* Your goal
Of all the entries below, retype only the lines from the one with "v -0.223 -8.025 0.75" through the one with "v 0.365 9.931 0.75", exactly as they appear.

(Collected data)

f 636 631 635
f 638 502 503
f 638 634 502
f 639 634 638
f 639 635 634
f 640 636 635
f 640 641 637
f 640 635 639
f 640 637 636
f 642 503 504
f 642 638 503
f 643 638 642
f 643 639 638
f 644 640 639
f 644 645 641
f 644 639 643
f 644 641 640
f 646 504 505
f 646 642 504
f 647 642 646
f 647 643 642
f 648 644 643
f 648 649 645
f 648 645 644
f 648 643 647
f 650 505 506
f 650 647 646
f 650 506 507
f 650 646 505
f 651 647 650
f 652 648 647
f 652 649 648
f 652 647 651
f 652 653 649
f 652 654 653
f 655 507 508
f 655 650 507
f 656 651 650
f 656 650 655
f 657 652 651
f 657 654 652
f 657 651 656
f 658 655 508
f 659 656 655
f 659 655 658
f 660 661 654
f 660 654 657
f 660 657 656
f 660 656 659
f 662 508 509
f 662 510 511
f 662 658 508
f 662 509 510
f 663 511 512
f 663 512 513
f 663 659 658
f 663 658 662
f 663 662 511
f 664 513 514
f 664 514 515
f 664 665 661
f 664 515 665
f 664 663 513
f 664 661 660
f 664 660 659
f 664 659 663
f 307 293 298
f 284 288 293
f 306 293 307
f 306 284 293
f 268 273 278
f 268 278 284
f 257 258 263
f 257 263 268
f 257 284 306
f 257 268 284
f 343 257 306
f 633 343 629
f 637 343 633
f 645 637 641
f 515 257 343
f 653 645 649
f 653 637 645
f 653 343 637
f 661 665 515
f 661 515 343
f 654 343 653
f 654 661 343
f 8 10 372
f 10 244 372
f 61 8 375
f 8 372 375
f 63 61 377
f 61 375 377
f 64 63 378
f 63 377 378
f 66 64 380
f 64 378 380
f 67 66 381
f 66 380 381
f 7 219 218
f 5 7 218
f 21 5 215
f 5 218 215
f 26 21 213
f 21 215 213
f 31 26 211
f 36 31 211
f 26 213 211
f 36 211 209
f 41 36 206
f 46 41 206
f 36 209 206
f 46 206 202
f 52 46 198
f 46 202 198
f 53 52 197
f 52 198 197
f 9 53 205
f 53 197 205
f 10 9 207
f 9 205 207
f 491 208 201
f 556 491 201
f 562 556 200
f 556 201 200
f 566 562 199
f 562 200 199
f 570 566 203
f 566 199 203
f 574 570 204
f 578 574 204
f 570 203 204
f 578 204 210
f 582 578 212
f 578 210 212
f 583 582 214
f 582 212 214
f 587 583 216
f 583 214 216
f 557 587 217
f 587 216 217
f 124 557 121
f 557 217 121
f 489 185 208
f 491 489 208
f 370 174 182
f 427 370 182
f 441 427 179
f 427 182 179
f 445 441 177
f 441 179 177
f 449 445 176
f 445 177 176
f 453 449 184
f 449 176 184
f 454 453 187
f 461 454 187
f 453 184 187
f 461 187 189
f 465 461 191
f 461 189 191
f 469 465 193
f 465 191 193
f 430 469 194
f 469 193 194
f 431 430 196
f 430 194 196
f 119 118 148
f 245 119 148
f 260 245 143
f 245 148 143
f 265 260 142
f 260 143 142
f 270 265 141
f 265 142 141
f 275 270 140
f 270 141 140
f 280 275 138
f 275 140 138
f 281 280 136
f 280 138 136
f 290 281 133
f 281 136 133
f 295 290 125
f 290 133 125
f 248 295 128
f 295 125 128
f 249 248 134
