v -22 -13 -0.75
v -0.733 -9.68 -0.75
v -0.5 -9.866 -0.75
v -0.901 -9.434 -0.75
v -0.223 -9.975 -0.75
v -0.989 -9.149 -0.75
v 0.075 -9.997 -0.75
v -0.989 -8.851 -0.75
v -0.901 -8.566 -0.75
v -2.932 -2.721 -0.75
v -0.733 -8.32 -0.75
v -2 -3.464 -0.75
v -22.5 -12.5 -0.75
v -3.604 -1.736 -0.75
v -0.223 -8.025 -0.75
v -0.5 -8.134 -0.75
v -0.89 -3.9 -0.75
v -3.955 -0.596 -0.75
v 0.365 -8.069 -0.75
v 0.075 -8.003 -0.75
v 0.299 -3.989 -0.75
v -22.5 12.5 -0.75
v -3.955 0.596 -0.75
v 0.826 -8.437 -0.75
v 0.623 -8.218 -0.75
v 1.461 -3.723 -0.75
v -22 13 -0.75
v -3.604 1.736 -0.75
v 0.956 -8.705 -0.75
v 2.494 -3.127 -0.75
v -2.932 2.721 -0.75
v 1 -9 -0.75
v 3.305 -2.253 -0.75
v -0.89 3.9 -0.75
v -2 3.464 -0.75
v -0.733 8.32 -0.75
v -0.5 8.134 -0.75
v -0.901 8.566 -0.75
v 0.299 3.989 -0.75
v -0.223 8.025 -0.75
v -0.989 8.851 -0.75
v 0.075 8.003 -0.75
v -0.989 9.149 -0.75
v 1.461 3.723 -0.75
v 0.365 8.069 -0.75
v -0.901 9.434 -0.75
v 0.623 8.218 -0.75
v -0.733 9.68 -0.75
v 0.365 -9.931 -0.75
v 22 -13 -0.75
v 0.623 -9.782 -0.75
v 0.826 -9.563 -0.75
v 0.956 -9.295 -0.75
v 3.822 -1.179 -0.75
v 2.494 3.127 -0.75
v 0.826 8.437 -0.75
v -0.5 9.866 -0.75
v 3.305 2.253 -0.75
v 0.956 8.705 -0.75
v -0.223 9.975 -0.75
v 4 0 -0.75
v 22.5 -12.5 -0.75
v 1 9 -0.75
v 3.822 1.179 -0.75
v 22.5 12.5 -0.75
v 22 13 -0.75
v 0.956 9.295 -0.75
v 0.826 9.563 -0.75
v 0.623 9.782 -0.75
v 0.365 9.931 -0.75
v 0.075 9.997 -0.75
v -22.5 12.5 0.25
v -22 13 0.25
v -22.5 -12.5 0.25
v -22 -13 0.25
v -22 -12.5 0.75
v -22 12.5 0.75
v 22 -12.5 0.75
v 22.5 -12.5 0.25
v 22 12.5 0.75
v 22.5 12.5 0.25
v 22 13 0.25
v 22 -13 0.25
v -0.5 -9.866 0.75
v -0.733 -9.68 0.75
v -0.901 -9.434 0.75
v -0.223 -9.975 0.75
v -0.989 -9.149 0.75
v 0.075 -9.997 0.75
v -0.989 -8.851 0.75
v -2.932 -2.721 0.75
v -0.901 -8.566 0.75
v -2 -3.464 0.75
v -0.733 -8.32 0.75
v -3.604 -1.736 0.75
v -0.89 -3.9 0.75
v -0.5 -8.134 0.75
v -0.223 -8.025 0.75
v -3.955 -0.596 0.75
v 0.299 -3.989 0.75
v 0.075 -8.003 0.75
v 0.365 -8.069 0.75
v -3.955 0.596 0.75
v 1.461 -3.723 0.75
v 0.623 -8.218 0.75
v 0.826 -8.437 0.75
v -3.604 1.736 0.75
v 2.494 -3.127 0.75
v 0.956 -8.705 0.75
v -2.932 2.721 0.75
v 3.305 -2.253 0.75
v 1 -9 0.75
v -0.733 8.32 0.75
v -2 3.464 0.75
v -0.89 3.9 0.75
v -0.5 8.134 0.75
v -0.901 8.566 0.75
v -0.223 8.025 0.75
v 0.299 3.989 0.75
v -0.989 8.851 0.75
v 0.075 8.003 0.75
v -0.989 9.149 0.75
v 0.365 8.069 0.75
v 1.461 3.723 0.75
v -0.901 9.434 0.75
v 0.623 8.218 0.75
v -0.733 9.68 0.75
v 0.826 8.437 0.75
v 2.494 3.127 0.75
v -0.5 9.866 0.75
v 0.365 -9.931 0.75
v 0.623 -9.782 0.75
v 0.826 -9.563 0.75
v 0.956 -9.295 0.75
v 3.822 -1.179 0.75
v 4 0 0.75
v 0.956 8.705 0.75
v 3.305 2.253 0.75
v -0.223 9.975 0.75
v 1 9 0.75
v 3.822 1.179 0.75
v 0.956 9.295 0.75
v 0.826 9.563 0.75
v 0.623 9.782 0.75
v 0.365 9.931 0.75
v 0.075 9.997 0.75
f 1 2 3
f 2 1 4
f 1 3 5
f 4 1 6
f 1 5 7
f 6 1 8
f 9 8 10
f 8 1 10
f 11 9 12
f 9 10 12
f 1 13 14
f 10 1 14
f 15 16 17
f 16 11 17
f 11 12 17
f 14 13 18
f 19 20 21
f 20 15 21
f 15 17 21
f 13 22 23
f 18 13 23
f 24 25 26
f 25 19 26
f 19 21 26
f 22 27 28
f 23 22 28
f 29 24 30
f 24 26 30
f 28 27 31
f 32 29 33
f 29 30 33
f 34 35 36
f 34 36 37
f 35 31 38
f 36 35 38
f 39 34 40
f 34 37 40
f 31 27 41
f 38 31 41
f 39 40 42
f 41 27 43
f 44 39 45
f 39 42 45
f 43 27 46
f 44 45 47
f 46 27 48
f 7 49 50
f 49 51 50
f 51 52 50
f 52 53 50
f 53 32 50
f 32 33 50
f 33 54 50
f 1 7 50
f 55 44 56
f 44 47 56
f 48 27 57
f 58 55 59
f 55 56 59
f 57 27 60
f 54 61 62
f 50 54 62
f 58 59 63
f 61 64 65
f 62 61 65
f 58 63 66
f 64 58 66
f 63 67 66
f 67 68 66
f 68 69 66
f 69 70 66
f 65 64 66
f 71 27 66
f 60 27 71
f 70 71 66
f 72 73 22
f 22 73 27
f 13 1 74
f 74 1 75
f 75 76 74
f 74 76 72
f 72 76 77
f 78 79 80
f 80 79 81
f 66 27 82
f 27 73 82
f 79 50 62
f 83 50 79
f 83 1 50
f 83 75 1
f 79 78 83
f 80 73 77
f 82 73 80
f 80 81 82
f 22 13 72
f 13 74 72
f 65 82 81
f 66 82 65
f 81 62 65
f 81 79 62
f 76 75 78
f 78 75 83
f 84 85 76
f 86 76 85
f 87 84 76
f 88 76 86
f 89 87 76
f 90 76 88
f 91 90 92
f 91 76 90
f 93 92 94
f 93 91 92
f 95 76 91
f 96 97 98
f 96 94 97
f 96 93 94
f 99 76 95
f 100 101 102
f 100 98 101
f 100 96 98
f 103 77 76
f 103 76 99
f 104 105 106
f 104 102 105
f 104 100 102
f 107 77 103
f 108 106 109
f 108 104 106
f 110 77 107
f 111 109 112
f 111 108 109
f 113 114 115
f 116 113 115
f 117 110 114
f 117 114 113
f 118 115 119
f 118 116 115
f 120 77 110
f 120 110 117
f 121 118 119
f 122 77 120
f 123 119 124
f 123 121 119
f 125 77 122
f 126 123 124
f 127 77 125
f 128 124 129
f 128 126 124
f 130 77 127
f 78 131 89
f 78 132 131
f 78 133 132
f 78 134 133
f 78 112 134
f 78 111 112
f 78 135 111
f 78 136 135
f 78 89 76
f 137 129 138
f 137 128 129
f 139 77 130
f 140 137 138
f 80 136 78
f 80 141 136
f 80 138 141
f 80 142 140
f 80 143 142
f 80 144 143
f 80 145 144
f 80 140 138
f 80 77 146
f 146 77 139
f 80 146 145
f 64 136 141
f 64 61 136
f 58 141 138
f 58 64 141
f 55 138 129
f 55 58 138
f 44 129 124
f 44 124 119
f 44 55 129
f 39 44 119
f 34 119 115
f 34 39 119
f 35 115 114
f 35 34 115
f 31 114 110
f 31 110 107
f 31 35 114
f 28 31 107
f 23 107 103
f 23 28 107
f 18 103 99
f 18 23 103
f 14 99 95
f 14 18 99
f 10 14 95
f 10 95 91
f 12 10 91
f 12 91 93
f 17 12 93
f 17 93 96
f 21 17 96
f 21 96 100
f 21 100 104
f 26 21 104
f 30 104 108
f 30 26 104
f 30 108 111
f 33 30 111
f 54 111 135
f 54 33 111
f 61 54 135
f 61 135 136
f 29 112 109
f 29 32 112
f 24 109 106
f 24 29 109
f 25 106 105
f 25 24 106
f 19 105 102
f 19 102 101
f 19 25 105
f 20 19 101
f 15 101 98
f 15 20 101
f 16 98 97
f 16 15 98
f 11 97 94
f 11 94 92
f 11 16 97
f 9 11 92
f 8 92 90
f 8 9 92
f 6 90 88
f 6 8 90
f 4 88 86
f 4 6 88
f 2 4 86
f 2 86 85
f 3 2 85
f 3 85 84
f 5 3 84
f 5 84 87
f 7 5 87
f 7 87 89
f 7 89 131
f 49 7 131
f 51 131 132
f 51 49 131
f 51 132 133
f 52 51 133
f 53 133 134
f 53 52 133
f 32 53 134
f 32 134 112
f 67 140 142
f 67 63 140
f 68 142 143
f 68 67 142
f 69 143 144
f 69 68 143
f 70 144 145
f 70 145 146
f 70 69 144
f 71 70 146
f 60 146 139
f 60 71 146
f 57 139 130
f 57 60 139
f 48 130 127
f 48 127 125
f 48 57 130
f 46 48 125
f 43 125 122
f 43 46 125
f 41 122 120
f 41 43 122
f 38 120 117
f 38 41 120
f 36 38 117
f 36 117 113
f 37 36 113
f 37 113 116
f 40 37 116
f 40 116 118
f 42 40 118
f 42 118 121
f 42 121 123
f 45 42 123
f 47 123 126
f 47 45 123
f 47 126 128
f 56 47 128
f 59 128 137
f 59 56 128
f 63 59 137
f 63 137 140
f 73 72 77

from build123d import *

# Parameters (mm, degrees)
SKETCH1_W           = 45
SKETCH1_H           = 26
SKETCH1_R           = 4
SKETCH1_R_2         = 1
BOSS_EXTRUDE1_DEPTH = 0.75
CHAMFER1_SIZE       = 0.5


with BuildPart() as part:
    # Sketch1 → Boss-Extrude1 (new body, symmetric)
    with BuildSketch(Plane.XY):
        Rectangle(SKETCH1_W, SKETCH1_H)
        Circle(SKETCH1_R, mode=Mode.SUBTRACT)
        with Locations((0, 9)):
            Circle(SKETCH1_R_2, mode=Mode.SUBTRACT)
        with Locations((0, -9)):
            Circle(SKETCH1_R_2, mode=Mode.SUBTRACT)
    extrude(amount=BOSS_EXTRUDE1_DEPTH, both=True)

    # Chamfer1
    chamfer1_edges = [part.edges().sort_by_distance(p)[0] for p in [
        (-22.5, 0, 0.75),
        (0, -13, 0.75),
        (22.5, 0, 0.75),
        (22.5, -13, 0),
        (-22.5, -13, 0),
        (-22.5, 13, 0),
        (22.5, 13, 0),
        (0, 13, 0.75),
    ]]
    chamfer(chamfer1_edges, length=CHAMFER1_SIZE)


solid = part.part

* Response to the task
v -0.223 -8.025 0.75
v -3.955 -0.596 0.75
v 0.299 -3.989 0.75
v 0.075 -8.003 0.75
v 0.365 -8.069 0.75
v -3.955 0.596 0.75
v 1.461 -3.723 0.75
v 0.623 -8.218 0.75
v 0.826 -8.437 0.75
v -3.604 1.736 0.75
v 2.494 -3.127 0.75
v 0.956 -8.705 0.75
v -2.932 2.721 0.75
v 3.305 -2.253 0.75
v 1 -9 0.75
v -0.733 8.32 0.75
v -2 3.464 0.75
v -0.89 3.9 0.75
v -0.5 8.134 0.75
v -0.901 8.566 0.75
v -0.223 8.025 0.75
v 0.299 3.989 0.75
v -0.989 8.851 0.75
v 0.075 8.003 0.75
v -0.989 9.149 0.75
v 0.365 8.069 0.75
v 1.461 3.723 0.75
v -0.901 9.434 0.75
v 0.623 8.218 0.75
v -0.733 9.68 0.75
v 0.826 8.437 0.75
v 2.494 3.127 0.75
v -0.5 9.866 0.75
v 0.365 -9.931 0.75
v 0.623 -9.782 0.75
v 0.826 -9.563 0.75
v 0.956 -9.295 0.75
v 3.822 -1.179 0.75
v 4 0 0.75
v 0.956 8.705 0.75
v 3.305 2.253 0.75
v -0.223 9.975 0.75
v 1 9 0.75
v 3.822 1.179 0.75
v 0.956 9.295 0.75
v 0.826 9.563 0.75
v 0.623 9.782 0.75
v 0.365 9.931 0.75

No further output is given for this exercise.